─── SOURCE DATA
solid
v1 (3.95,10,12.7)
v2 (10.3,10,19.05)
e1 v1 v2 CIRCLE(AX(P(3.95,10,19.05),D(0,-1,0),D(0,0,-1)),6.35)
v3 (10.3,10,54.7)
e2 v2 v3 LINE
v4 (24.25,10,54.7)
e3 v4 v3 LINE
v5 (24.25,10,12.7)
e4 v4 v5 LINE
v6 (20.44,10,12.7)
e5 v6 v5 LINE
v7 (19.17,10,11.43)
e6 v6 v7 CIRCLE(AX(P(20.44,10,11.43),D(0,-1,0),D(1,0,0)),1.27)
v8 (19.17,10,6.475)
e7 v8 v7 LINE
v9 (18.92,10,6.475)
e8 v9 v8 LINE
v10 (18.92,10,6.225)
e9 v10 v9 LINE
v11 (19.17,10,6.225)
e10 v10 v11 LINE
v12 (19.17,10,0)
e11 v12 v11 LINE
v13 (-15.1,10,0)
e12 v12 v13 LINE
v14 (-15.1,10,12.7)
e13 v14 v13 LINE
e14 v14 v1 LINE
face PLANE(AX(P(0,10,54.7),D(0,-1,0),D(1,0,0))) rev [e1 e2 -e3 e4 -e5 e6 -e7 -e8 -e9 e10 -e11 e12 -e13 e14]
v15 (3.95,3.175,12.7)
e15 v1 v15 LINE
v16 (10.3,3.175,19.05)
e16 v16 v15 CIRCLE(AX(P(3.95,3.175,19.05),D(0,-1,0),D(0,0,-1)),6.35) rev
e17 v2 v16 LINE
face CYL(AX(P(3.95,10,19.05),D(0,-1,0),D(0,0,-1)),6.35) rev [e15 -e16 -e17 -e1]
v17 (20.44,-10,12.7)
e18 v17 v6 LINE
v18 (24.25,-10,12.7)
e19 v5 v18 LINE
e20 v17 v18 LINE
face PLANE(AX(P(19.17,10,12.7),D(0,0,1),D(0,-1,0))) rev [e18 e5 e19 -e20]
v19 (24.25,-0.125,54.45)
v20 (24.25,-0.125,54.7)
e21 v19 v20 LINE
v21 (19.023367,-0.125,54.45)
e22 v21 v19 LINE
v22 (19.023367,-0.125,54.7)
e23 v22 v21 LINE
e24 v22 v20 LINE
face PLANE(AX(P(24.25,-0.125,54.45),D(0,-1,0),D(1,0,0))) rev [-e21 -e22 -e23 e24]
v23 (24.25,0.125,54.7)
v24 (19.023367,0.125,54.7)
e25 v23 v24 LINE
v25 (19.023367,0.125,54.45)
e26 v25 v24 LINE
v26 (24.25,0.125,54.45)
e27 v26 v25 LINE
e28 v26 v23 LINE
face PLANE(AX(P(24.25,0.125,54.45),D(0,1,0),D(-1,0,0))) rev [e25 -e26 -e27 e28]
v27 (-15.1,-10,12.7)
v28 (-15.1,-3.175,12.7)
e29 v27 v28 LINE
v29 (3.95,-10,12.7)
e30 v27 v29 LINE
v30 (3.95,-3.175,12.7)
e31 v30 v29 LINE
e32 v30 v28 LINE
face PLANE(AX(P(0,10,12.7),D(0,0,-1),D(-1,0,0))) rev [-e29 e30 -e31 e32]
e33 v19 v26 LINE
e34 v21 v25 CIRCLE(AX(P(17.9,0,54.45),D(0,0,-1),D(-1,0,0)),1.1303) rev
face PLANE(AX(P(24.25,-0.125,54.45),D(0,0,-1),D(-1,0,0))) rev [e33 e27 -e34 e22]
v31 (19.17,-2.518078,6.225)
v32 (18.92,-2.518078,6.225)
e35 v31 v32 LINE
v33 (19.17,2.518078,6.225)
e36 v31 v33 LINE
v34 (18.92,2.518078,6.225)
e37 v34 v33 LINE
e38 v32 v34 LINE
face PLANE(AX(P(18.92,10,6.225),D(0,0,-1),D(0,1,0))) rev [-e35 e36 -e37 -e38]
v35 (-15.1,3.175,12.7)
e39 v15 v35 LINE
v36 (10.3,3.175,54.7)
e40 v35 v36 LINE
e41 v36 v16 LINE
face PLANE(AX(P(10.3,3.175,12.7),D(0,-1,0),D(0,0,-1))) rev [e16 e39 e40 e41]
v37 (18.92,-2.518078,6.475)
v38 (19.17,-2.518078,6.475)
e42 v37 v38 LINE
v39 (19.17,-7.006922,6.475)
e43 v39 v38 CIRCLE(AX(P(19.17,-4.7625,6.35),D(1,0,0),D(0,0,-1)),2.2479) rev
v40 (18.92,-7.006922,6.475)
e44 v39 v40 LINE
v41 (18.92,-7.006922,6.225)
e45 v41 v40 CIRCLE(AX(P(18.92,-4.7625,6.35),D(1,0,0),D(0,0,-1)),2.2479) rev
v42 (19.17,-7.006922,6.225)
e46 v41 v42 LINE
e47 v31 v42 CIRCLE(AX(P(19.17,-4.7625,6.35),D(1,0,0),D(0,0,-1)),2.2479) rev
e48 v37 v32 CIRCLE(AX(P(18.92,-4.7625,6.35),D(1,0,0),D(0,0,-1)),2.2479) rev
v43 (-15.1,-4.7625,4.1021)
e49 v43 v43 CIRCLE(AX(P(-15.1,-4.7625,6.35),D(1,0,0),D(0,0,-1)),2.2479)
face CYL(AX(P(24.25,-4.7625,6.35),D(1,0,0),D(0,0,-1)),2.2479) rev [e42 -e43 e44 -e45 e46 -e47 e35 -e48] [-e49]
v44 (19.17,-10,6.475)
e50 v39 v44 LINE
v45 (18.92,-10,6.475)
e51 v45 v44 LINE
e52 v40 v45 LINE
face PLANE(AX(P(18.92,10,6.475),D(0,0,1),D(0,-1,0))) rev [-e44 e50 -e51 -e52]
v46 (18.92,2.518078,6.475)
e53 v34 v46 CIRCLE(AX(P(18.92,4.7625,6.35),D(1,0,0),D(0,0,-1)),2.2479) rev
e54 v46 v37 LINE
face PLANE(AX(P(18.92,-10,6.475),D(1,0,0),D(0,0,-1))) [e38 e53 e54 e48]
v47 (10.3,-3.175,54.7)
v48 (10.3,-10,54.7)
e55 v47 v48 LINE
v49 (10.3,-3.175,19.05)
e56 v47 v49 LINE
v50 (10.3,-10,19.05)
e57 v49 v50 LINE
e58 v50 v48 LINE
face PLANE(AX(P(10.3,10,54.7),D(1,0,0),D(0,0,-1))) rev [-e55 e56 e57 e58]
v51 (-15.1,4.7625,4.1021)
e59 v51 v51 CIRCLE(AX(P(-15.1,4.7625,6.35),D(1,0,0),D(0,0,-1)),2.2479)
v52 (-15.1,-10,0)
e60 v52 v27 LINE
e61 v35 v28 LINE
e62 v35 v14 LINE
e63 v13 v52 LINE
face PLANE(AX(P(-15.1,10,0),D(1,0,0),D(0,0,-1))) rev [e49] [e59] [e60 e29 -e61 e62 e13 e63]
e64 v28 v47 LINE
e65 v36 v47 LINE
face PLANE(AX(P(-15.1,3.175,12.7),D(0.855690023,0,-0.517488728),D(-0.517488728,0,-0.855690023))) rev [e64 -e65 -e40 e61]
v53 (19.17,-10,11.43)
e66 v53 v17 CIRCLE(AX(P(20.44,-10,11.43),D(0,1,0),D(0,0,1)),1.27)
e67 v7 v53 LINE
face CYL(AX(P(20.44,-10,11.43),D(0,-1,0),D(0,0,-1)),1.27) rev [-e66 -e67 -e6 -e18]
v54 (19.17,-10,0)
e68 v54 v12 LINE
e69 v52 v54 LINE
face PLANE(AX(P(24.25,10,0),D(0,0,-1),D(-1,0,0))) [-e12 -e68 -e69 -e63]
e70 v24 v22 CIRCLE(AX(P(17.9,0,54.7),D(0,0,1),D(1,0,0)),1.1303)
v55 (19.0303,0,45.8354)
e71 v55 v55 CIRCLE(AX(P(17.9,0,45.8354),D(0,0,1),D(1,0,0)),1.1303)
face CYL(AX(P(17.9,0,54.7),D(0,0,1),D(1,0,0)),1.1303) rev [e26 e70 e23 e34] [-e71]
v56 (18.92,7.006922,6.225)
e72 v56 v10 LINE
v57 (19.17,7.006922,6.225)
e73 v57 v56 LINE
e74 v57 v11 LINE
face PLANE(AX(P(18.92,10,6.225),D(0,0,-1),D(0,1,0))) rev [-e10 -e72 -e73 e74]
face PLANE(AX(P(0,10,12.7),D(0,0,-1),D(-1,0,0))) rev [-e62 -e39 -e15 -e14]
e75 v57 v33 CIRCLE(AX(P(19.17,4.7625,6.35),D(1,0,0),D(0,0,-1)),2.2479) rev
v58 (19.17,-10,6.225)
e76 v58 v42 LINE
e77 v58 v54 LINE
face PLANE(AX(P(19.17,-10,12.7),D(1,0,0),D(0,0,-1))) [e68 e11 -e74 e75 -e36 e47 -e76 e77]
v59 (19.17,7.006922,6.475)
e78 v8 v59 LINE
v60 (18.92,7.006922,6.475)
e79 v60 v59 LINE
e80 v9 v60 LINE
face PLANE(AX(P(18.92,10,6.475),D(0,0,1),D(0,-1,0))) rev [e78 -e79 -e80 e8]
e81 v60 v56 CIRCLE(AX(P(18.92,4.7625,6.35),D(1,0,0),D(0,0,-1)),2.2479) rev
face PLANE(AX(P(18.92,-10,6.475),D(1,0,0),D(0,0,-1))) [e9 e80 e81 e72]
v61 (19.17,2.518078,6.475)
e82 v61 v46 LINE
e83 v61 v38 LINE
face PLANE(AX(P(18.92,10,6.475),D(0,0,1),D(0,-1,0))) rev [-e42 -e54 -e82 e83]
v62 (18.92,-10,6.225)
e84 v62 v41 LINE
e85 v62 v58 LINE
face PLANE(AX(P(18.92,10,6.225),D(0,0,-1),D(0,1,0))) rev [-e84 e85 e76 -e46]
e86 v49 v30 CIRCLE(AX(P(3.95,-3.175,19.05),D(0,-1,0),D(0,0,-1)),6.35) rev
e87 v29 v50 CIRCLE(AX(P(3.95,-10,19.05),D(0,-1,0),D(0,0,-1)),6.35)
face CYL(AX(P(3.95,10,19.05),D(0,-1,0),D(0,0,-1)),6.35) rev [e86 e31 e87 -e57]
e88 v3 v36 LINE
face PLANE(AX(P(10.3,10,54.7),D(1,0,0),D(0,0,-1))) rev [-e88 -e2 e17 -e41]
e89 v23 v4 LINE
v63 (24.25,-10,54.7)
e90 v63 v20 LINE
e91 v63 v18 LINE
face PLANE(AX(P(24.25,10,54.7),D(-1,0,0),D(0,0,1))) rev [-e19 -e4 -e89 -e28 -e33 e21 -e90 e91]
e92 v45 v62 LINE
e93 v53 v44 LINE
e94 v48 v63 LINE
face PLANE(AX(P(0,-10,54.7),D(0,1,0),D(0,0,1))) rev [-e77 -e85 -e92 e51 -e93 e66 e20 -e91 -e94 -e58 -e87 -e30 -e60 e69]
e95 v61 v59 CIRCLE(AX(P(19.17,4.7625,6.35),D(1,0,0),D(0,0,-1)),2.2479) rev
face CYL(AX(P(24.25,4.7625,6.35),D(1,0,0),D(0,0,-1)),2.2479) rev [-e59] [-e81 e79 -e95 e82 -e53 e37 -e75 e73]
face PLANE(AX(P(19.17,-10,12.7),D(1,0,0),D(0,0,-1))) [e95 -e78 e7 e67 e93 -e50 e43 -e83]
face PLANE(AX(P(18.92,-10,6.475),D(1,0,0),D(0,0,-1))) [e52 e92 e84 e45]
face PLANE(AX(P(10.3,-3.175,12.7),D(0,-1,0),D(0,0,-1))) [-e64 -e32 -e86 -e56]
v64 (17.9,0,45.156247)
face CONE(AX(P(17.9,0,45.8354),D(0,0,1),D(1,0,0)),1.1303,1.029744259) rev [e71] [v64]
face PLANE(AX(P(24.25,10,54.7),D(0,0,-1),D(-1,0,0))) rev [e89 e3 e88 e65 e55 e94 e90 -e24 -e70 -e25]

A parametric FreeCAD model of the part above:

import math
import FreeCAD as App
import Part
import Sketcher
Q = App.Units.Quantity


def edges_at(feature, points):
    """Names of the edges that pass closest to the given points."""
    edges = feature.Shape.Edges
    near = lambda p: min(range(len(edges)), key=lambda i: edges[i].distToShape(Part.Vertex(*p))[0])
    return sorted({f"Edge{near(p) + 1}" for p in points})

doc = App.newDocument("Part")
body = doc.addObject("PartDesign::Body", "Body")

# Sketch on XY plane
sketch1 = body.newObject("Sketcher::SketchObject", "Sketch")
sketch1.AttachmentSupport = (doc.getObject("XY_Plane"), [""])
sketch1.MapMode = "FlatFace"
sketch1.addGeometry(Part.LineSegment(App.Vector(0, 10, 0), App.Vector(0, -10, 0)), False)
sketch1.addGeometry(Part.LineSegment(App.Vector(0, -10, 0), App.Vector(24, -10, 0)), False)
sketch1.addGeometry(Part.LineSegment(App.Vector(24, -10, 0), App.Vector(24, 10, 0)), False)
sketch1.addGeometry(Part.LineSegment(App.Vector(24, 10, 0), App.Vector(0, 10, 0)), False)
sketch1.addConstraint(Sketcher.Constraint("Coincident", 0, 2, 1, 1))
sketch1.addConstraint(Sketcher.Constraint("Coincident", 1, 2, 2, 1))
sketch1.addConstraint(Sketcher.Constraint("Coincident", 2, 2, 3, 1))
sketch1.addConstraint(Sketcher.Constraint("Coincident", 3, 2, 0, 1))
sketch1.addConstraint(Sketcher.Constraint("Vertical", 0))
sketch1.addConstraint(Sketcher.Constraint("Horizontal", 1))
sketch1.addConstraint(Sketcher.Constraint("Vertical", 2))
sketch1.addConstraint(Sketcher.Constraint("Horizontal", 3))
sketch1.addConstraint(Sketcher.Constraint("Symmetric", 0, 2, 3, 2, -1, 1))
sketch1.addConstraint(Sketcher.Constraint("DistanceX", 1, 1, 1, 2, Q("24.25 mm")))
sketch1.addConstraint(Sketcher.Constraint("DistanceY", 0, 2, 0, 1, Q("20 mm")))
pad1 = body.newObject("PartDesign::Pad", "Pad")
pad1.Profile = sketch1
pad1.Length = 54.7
──────
→ WORK TO COMPLETE:
From the entries above, print the lines beginning at the one with "face CYL(AX(P(3.95,10,19.05),D(0,-1,0),D(0,0,-1)),6.35) rev [e15" and stopping after the one with "e38 v32 v34 LINE", exactly as written and with nothing else.

→ SOLUTION:
face CYL(AX(P(3.95,10,19.05),D(0,-1,0),D(0,0,-1)),6.35) rev [e15 -e16 -e17 -e1]
v17 (20.44,-10,12.7)
e18 v17 v6 LINE
v18 (24.25,-10,12.7)
e19 v5 v18 LINE
e20 v17 v18 LINE
face PLANE(AX(P(19.17,10,12.7),D(0,0,1),D(0,-1,0))) rev [e18 e5 e19 -e20]
v19 (24.25,-0.125,54.45)
v20 (24.25,-0.125,54.7)
e21 v19 v20 LINE
v21 (19.023367,-0.125,54.45)
e22 v21 v19 LINE
v22 (19.023367,-0.125,54.7)
e23 v22 v21 LINE
e24 v22 v20 LINE
face PLANE(AX(P(24.25,-0.125,54.45),D(0,-1,0),D(1,0,0))) rev [-e21 -e22 -e23 e24]
v23 (24.25,0.125,54.7)
v24 (19.023367,0.125,54.7)
e25 v23 v24 LINE
v25 (19.023367,0.125,54.45)
e26 v25 v24 LINE
v26 (24.25,0.125,54.45)
e27 v26 v25 LINE
e28 v26 v23 LINE
face PLANE(AX(P(24.25,0.125,54.45),D(0,1,0),D(-1,0,0))) rev [e25 -e26 -e27 e28]
v27 (-15.1,-10,12.7)
v28 (-15.1,-3.175,12.7)
e29 v27 v28 LINE
v29 (3.95,-10,12.7)
e30 v27 v29 LINE
v30 (3.95,-3.175,12.7)
e31 v30 v29 LINE
e32 v30 v28 LINE
face PLANE(AX(P(0,10,12.7),D(0,0,-1),D(-1,0,0))) rev [-e29 e30 -e31 e32]
e33 v19 v26 LINE
e34 v21 v25 CIRCLE(AX(P(17.9,0,54.45),D(0,0,-1),D(-1,0,0)),1.1303) rev
face PLANE(AX(P(24.25,-0.125,54.45),D(0,0,-1),D(-1,0,0))) rev [e33 e27 -e34 e22]
v31 (19.17,-2.518078,6.225)
v32 (18.92,-2.518078,6.225)
e35 v31 v32 LINE
v33 (19.17,2.518078,6.225)
e36 v31 v33 LINE
v34 (18.92,2.518078,6.225)
e37 v34 v33 LINE
e38 v32 v34 LINE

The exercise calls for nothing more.